- _Your task_:
Output only the lines of the entries that follow, starting at the one with "extrude(amount=BOSS_EXTRU_1_DEPTH, taper=BOSS_EXTRU_1_TAPER)" and running down to the one with "The same part", both included and unchanged.

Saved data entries
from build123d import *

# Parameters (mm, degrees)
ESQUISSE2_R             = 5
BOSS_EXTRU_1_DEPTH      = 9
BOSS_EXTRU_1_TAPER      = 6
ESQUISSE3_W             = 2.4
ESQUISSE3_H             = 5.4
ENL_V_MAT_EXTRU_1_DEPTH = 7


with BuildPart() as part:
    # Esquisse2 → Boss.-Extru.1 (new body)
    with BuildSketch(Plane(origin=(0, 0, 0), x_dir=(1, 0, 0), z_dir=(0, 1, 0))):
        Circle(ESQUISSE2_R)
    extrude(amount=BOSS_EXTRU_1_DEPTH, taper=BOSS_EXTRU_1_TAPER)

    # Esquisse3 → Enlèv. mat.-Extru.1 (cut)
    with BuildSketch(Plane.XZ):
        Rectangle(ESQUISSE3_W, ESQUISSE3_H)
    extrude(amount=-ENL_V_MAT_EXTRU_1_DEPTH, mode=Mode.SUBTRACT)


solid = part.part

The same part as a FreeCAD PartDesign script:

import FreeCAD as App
import Part
import Sketcher

V = App.Vector
Q = App.Units.Quantity


def add_polygon(sketch, points):
    """Adds a closed chain of lines whose ends are joined by coincident constraints."""
    first, n = sketch.GeometryCount, len(points)
    for a, b in zip(points, points[1:] + points[:1]):
        sketch.addGeometry(Part.LineSegment(App.Vector(*a, 0), App.Vector(*b, 0)), False)
    for i in range(n):
        sketch.addConstraint(Sketcher.Constraint("Coincident", first + i, 2, first + (i + 1) % n, 1))

doc = App.newDocument("Part")
body = doc.addObject("PartDesign::Body", "Body")

# Sketch on XZ plane
sketch1 = body.newObject("Sketcher::SketchObject", "Sketch")
sketch1.AttachmentSupport = (doc.getObject("XZ_Plane"), [""])
sketch1.MapMode = "FlatFace"
sketch1.addGeometry(Part.Circle(V(0, 0, 0), V(0, 0, 1), 5), False)
sketch1.addConstraint([
    Sketcher.Constraint("Coincident", 0, 3, -1, 1),
    Sketcher.Constraint("Diameter", 0, Q("10 mm")),
])
pad1 = body.newObject("PartDesign::Pad", "Pad")
pad1.Profile = sketch1
pad1.Length = 9
pad1.Reversed = True
pad1.TaperAngle = -6

# Sketch on XZ plane
sketch2 = body.newObject("Sketcher::SketchObject", "Sketch001")
sketch2.AttachmentSupport = (doc.getObject("XZ_Plane"), [""])
sketch2.MapMode = "FlatFace"
add_polygon(sketch2, [(-1.2, 2.7), (-1.2, -2.7), (1.2, -2.7), (1.2, 2.7)])  # lines 0-3
sketch2.addConstraint([
    Sketcher.Constraint("Vertical", 0),
    Sketcher.Constraint("Horizontal", 1),
    Sketcher.Constraint("Vertical", 2),
    Sketcher.Constraint("Horizontal", 3),
    Sketcher.Constraint("Symmetric", 0, 2, 2, 2, -1, 1),
    Sketcher.Constraint("DistanceX", 1, 1, 1, 2, Q("2.4 mm")),
    Sketcher.Constraint("DistanceY", 0, 2, 0, 1, Q("5.4 mm")),
])
pocket1 = body.newObject("PartDesign::Pocket", "Pocket")
pocket1.Profile = sketch2
pocket1.Length = 7

doc.recompute()
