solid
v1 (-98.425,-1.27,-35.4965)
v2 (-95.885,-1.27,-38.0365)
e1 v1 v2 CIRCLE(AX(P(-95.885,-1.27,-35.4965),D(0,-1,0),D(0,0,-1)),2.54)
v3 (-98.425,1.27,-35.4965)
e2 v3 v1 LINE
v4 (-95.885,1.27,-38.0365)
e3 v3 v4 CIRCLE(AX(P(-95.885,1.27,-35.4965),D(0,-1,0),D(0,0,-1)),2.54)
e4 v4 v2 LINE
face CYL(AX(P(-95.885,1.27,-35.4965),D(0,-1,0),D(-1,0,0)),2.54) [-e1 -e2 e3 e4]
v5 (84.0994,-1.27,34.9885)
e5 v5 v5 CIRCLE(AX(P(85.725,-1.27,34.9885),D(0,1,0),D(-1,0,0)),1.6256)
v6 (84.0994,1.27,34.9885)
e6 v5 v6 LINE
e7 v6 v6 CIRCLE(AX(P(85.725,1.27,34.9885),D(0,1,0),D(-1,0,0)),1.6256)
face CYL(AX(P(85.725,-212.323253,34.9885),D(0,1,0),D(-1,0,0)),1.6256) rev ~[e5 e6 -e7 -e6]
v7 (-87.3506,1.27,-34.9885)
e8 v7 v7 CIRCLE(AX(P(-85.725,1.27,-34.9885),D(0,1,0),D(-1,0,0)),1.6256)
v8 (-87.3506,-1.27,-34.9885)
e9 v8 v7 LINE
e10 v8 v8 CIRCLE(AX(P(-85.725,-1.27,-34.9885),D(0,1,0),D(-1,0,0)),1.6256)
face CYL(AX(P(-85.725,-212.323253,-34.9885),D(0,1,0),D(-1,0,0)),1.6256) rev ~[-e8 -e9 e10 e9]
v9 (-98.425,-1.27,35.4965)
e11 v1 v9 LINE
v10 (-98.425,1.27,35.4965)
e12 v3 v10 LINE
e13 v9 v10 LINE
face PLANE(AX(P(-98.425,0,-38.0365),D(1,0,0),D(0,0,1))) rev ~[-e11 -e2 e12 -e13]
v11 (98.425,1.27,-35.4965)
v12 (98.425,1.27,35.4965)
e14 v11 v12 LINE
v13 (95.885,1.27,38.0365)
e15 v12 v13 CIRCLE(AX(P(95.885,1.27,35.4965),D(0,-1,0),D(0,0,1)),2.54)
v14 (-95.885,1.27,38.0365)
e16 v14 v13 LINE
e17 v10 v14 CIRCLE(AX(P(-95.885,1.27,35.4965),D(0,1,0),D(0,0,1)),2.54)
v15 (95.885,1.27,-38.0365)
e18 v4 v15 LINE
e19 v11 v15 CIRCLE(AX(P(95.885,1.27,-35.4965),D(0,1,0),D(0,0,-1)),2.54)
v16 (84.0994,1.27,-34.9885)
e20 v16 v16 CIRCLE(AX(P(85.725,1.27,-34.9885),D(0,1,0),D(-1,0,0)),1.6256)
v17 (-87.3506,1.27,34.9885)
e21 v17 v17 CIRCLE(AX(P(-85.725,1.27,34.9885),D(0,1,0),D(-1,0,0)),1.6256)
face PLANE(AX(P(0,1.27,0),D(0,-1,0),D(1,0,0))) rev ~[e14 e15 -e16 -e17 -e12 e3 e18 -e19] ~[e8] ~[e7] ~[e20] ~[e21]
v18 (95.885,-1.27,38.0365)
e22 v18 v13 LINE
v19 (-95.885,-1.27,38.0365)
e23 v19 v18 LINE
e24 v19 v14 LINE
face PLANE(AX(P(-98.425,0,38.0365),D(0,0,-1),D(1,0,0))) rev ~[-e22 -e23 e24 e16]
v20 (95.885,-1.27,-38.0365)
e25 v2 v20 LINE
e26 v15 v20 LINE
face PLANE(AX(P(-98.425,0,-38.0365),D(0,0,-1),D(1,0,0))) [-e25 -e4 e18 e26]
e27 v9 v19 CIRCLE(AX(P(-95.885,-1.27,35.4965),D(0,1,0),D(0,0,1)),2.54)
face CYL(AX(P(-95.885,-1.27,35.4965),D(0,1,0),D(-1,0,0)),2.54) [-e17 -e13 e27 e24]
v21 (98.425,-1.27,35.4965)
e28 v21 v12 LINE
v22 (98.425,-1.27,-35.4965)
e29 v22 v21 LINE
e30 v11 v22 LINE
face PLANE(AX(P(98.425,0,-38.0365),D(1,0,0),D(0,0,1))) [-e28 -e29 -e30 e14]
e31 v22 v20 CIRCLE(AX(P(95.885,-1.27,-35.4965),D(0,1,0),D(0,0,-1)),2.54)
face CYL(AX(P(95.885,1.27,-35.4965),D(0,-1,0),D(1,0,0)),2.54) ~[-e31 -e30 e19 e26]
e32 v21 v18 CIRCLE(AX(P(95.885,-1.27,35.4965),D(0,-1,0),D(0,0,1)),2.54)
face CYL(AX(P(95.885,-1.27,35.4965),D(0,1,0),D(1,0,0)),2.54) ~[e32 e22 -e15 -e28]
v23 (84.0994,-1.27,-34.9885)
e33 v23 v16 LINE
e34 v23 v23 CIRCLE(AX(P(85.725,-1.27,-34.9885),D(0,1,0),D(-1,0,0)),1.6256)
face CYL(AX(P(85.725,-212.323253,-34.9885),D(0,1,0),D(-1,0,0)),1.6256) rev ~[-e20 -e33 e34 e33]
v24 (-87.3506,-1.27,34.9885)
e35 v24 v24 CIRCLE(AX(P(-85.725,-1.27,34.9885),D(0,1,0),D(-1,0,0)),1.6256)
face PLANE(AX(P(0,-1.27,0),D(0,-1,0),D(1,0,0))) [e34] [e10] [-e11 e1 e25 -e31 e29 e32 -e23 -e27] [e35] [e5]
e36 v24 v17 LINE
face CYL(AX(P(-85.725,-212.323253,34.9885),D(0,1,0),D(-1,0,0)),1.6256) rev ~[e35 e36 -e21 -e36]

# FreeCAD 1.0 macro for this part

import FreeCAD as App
import Part
import Sketcher

V = App.Vector
Q = App.Units.Quantity


def edges_at(feature, points):
    """Names of the edges that pass closest to the given points."""
    edges = feature.Shape.Edges
    near = lambda p: min(range(len(edges)), key=lambda i: edges[i].distToShape(Part.Vertex(*p))[0])
    return sorted({f"Edge{near(p) + 1}" for p in points})


def add_polygon(sketch, points):
    """Adds a closed chain of lines whose ends are joined by coincident constraints."""
    first, n = sketch.GeometryCount, len(points)
    for a, b in zip(points, points[1:] + points[:1]):
        sketch.addGeometry(Part.LineSegment(App.Vector(*a, 0), App.Vector(*b, 0)), False)
    for i in range(n):
        sketch.addConstraint(Sketcher.Constraint("Coincident", first + i, 2, first + (i + 1) % n, 1))

doc = App.newDocument("Part")
body = doc.addObject("PartDesign::Body", "Body")

# Sketch on XZ plane
sketch1 = body.newObject("Sketcher::SketchObject", "Sketch")
sketch1.AttachmentSupport = (doc.getObject("XZ_Plane"), [""])
sketch1.MapMode = "FlatFace"
add_polygon(sketch1, [(-98, 38), (-98, -38), (98, -38), (98, 38)])  # lines 0-3
sketch1.addConstraint(Sketcher.Constraint("Vertical", 0))
sketch1.addConstraint(Sketcher.Constraint("Horizontal", 1))
sketch1.addConstraint(Sketcher.Constraint("Vertical", 2))
sketch1.addConstraint(Sketcher.Constraint("Horizontal", 3))
sketch1.addConstraint(Sketcher.Constraint("Symmetric", 0, 2, 2, 2, -1, 1))
sketch1.addConstraint(Sketcher.Constraint("DistanceX", 1, 1, 1, 2, Q("7.75 in")))
sketch1.addConstraint(Sketcher.Constraint("DistanceY", 0, 2, 0, 1, Q("2.995 in")))
pad1 = body.newObject("PartDesign::Pad", "Pad")
pad1.Profile = sketch1
pad1.Length = Q("0.1 in")
pad1.Midplane = True
doc.recompute()

fillet = body.newObject("PartDesign::Fillet", "Fillet")
fillet.Base = (pad1, edges_at(pad1, [
    (-98.425, 0, 38.036),
    (-98.425, 0, -38.036),
    (98.425, 0, -38.036),
    (98.425, 0, 38.036),
]))
fillet.Radius = Q("0.1 in")

# Sketch on XZ plane
sketch2 = body.newObject("Sketcher::SketchObject", "Sketch001")
sketch2.AttachmentSupport = (doc.getObject("XZ_Plane"), [""])
sketch2.MapMode = "FlatFace"
sketch2.AttachmentOffset = App.Placement(V(0, 0, 0.05 * 25.4), App.Rotation())
sketch2.addGeometry(Part.Circle(V(85.7, 35, 0), V(0, 0, 1), 1.6), False)
sketch2.addGeometry(Part.Circle(V(85.7, -35, 0), V(0, 0, 1), 1.6), False)
sketch2.addGeometry(Part.Circle(V(-85.7, -35, 0), V(0, 0, 1), 1.6), False)
sketch2.addGeometry(Part.Circle(V(-85.7, 35, 0), V(0, 0, 1), 1.6), False)
sketch2.addConstraint(Sketcher.Constraint("Equal", 0, 1))
sketch2.addConstraint(Sketcher.Constraint("Equal", 1, 2))
sketch2.addConstraint(Sketcher.Constraint("Equal", 2, 3))
sketch2.addConstraint(Sketcher.Constraint("Symmetric", 0, 3, 2, 3, -1, 1))
sketch2.addConstraint(Sketcher.Constraint("Symmetric", 1, 3, 3, 3, -1, 1))
sketch2.addConstraint(Sketcher.Constraint("Symmetric", 1, 3, 2, 3, -2))
sketch2.addConstraint(Sketcher.Constraint("Diameter", 0, Q("0.128 in")))
sketch2.addConstraint(Sketcher.Constraint("DistanceX", 2, 3, 1, 3, Q("6.75 in")))
sketch2.addConstraint(Sketcher.Constraint("DistanceY", 1, 3, 0, 3, Q("2.755 in")))
doc.recompute()
hole = body.newObject("PartDesign::Hole", "Hole")
hole.Profile = sketch2
hole.ThreadType = "None"
hole.Diameter = Q("0.128 in")
hole.DepthType = "ThroughAll"

doc.recompute()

- _Task response_:
    extrude(amount=BOSS_EXTRU_1_DEPTH, taper=BOSS_EXTRU_1_TAPER)

    # Esquisse3 → Enlèv. mat.-Extru.1 (cut)
    with BuildSketch(Plane.XZ):
        Rectangle(ESQUISSE3_W, ESQUISSE3_H)
    extrude(amount=-ENL_V_MAT_EXTRU_1_DEPTH, mode=Mode.SUBTRACT)


solid = part.part

The same part as a FreeCAD PartDesign script:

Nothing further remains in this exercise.